**Task goal:** After locating the line that contains "extrude(amount=BOSS_EXTRUDE1_DEPTH)" in the records below, write out exactly that line and each line after it through the one that contains "# Sketch5 →", and nothing else.

== Data provided ==

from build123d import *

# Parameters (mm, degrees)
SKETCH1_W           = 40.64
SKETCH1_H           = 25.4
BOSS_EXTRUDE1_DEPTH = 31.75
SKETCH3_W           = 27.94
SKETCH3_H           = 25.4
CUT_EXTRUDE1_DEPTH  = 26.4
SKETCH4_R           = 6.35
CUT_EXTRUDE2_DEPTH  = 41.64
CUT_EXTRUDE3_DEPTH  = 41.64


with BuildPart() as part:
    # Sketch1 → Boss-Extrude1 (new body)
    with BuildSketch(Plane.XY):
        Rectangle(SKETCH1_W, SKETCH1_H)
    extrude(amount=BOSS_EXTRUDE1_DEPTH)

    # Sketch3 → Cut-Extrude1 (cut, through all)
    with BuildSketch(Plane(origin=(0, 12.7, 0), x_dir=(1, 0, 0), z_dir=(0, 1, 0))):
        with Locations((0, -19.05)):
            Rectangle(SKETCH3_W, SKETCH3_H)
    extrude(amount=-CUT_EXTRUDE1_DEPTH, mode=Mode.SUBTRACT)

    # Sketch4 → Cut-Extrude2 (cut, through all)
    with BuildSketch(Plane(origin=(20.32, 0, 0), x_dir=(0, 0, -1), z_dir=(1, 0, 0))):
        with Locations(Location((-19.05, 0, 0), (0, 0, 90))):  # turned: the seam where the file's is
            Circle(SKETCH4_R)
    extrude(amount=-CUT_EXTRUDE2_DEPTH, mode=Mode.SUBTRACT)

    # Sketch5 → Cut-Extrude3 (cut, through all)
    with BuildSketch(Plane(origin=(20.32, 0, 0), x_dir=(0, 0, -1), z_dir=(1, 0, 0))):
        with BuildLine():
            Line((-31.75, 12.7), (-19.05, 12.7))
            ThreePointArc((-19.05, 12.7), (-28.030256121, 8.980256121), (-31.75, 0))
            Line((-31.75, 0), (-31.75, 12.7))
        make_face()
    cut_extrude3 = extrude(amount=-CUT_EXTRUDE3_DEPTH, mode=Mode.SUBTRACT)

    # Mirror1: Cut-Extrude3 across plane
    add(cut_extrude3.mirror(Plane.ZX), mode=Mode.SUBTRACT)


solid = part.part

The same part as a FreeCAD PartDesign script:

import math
import FreeCAD as App
import Part
import Sketcher
Q = App.Units.Quantity

doc = App.newDocument("Part")
body = doc.addObject("PartDesign::Body", "Body")

# Sketch on XY plane
sketch1 = body.newObject("Sketcher::SketchObject", "Sketch")
sketch1.AttachmentSupport = (doc.getObject("XY_Plane"), [""])
sketch1.MapMode = "FlatFace"
sketch1.addGeometry([
    Part.LineSegment(App.Vector(-20.32, 12.7, 0), App.Vector(-20.32, -12.7, 0)),
    Part.LineSegment(App.Vector(-20.32, -12.7, 0), App.Vector(20.32, -12.7, 0)),
    Part.LineSegment(App.Vector(20.32, -12.7, 0), App.Vector(20.32, 12.7, 0)),
    Part.LineSegment(App.Vector(20.32, 12.7, 0), App.Vector(-20.32, 12.7, 0)),
], False)
sketch1.addConstraint([
    Sketcher.Constraint("Coincident", 0, 2, 1, 1),
    Sketcher.Constraint("Coincident", 1, 2, 2, 1),
    Sketcher.Constraint("Coincident", 2, 2, 3, 1),
    Sketcher.Constraint("Coincident", 3, 2, 0, 1),
    Sketcher.Constraint("Vertical", 0),
    Sketcher.Constraint("Horizontal", 1),
    Sketcher.Constraint("Vertical", 2),
    Sketcher.Constraint("Horizontal", 3),
    Sketcher.Constraint("Symmetric", 0, 2, 2, 2, -1, 1),
    Sketcher.Constraint("DistanceY", 0, 2, 0, 1, Q("1 in")),
    Sketcher.Constraint("DistanceX", 1, 1, 1, 2, Q("1.6 in")),
])
pad1 = body.newObject("PartDesign::Pad", "Pad")
pad1.Profile = sketch1
pad1.Length = Q("1.25 in")

# Sketch on XZ plane
sketch2 = body.newObject("Sketcher::SketchObject", "Sketch001")
sketch2.AttachmentSupport = (doc.getObject("XZ_Plane"), [""])
sketch2.MapMode = "FlatFace"
sketch2.AttachmentOffset = App.Placement(App.Vector(0, 0, -0.5 * 25.4), App.Rotation())
sketch2.addGeometry([
    Part.LineSegment(App.Vector(-13.97, 6.35, 0), App.Vector(-13.97, 31.75, 0)),
    Part.LineSegment(App.Vector(-13.97, 31.75, 0), App.Vector(13.97, 31.75, 0)),
    Part.LineSegment(App.Vector(13.97, 31.75, 0), App.Vector(13.97, 6.35, 0)),
    Part.LineSegment(App.Vector(13.97, 6.35, 0), App.Vector(-13.97, 6.35, 0)),
], False)
sketch2.addConstraint([
    Sketcher.Constraint("Coincident", 0, 2, 1, 1),
    Sketcher.Constraint("Coincident", 1, 2, 2, 1),
    Sketcher.Constraint("Coincident", 2, 2, 3, 1),
    Sketcher.Constraint("Coincident", 3, 2, 0, 1),
    Sketcher.Constraint("Vertical", 0),
    Sketcher.Constraint("Horizontal", 1),
    Sketcher.Constraint("Vertical", 2),
    Sketcher.Constraint("Horizontal", 3),
    Sketcher.Constraint("DistanceY", 0, 1, 0, 2, Q("1 in")),
    Sketcher.Constraint("DistanceX", 1, 1, 1, 2, Q("1.1 in")),
    Sketcher.Constraint("DistanceX", 0, 2, -1, 1, Q("0.55 in")),
    Sketcher.Constraint("DistanceY", -1, 1, 0, 2, Q("1.25 in")),
])
pocket1 = body.newObject("PartDesign::Pocket", "Pocket")
pocket1.Profile = sketch2
pocket1.Type = "ThroughAll"
pocket1.Reversed = True

# Sketch on YZ plane
sketch3 = body.newObject("Sketcher::SketchObject", "Sketch002")
sketch3.AttachmentSupport = (doc.getObject("YZ_Plane"), [""])
sketch3.MapMode = "FlatFace"
sketch3.AttachmentOffset = App.Placement(App.Vector(0, 0, 0.8 * 25.4), App.Rotation())
sketch3.addGeometry(Part.Circle(App.Vector(0, 19.05, 0), App.Vector(0, 0, 1), 6.35), False)
sketch3.addConstraint([
    Sketcher.Constraint("PointOnObject", 0, 3, -2),
    Sketcher.Constraint("Diameter", 0, Q("0.5 in")),
    Sketcher.Constraint("DistanceY", -1, 1, 0, 3, Q("0.75 in")),
])
pocket2 = body.newObject("PartDesign::Pocket", "Pocket001")
pocket2.Profile = sketch3
pocket2.Type = "ThroughAll"

# Sketch on YZ plane
sketch4 = body.newObject("Sketcher::SketchObject", "Sketch003")
sketch4.AttachmentSupport = (doc.getObject("YZ_Plane"), [""])
sketch4.MapMode = "FlatFace"
sketch4.AttachmentOffset = App.Placement(App.Vector(0, 0, 0.8 * 25.4), App.Rotation())
sketch4.addGeometry([
    Part.LineSegment(App.Vector(12.7, 19.05, 0), App.Vector(12.7, 31.75, 0)),
    Part.LineSegment(App.Vector(12.7, 31.75, 0), App.Vector(0, 31.75, 0)),
    Part.ArcOfCircle(Part.Circle(App.Vector(0, 19.05, 0), App.Vector(0, 0, 1), 12.7), math.radians(0), math.radians(90)),
], False)
sketch4.addConstraint([
    Sketcher.Constraint("Coincident", 0, 2, 1, 1),
    Sketcher.Constraint("Tangent", 1, 2, 2, 2),
    Sketcher.Constraint("Tangent", 2, 1, 0, 1),
    Sketcher.Constraint("Vertical", 0),
    Sketcher.Constraint("Horizontal", 1),
    Sketcher.Constraint("PointOnObject", 2, 3, -2),
    Sketcher.Constraint("Radius", 2, Q("0.5 in")),
    Sketcher.Constraint("DistanceY", -1, 1, 2, 3, Q("0.75 in")),
])
pocket3 = body.newObject("PartDesign::Pocket", "Pocket002")
pocket3.Profile = sketch4
pocket3.Type = "ThroughAll"
doc.recompute()

mirrored = body.newObject("PartDesign::Mirrored", "Mirrored")
mirrored.Originals = [pocket3]
mirrored.MirrorPlane = (doc.getObject("XZ_Plane"), [""])
body.Tip = mirrored

doc.recompute()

===

**Finished exercise:**
    extrude(amount=BOSS_EXTRUDE1_DEPTH)

    # Sketch3 → Cut-Extrude1 (cut, through all)
    with BuildSketch(Plane(origin=(0, 12.7, 0), x_dir=(1, 0, 0), z_dir=(0, 1, 0))):
        with Locations((0, -19.05)):
            Rectangle(SKETCH3_W, SKETCH3_H)
    extrude(amount=-CUT_EXTRUDE1_DEPTH, mode=Mode.SUBTRACT)

    # Sketch4 → Cut-Extrude2 (cut, through all)
    with BuildSketch(Plane(origin=(20.32, 0, 0), x_dir=(0, 0, -1), z_dir=(1, 0, 0))):
        with Locations(Location((-19.05, 0, 0), (0, 0, 90))):  # turned: the seam where the file's is
            Circle(SKETCH4_R)
    extrude(amount=-CUT_EXTRUDE2_DEPTH, mode=Mode.SUBTRACT)

    # Sketch5 → Cut-Extrude3 (cut, through all)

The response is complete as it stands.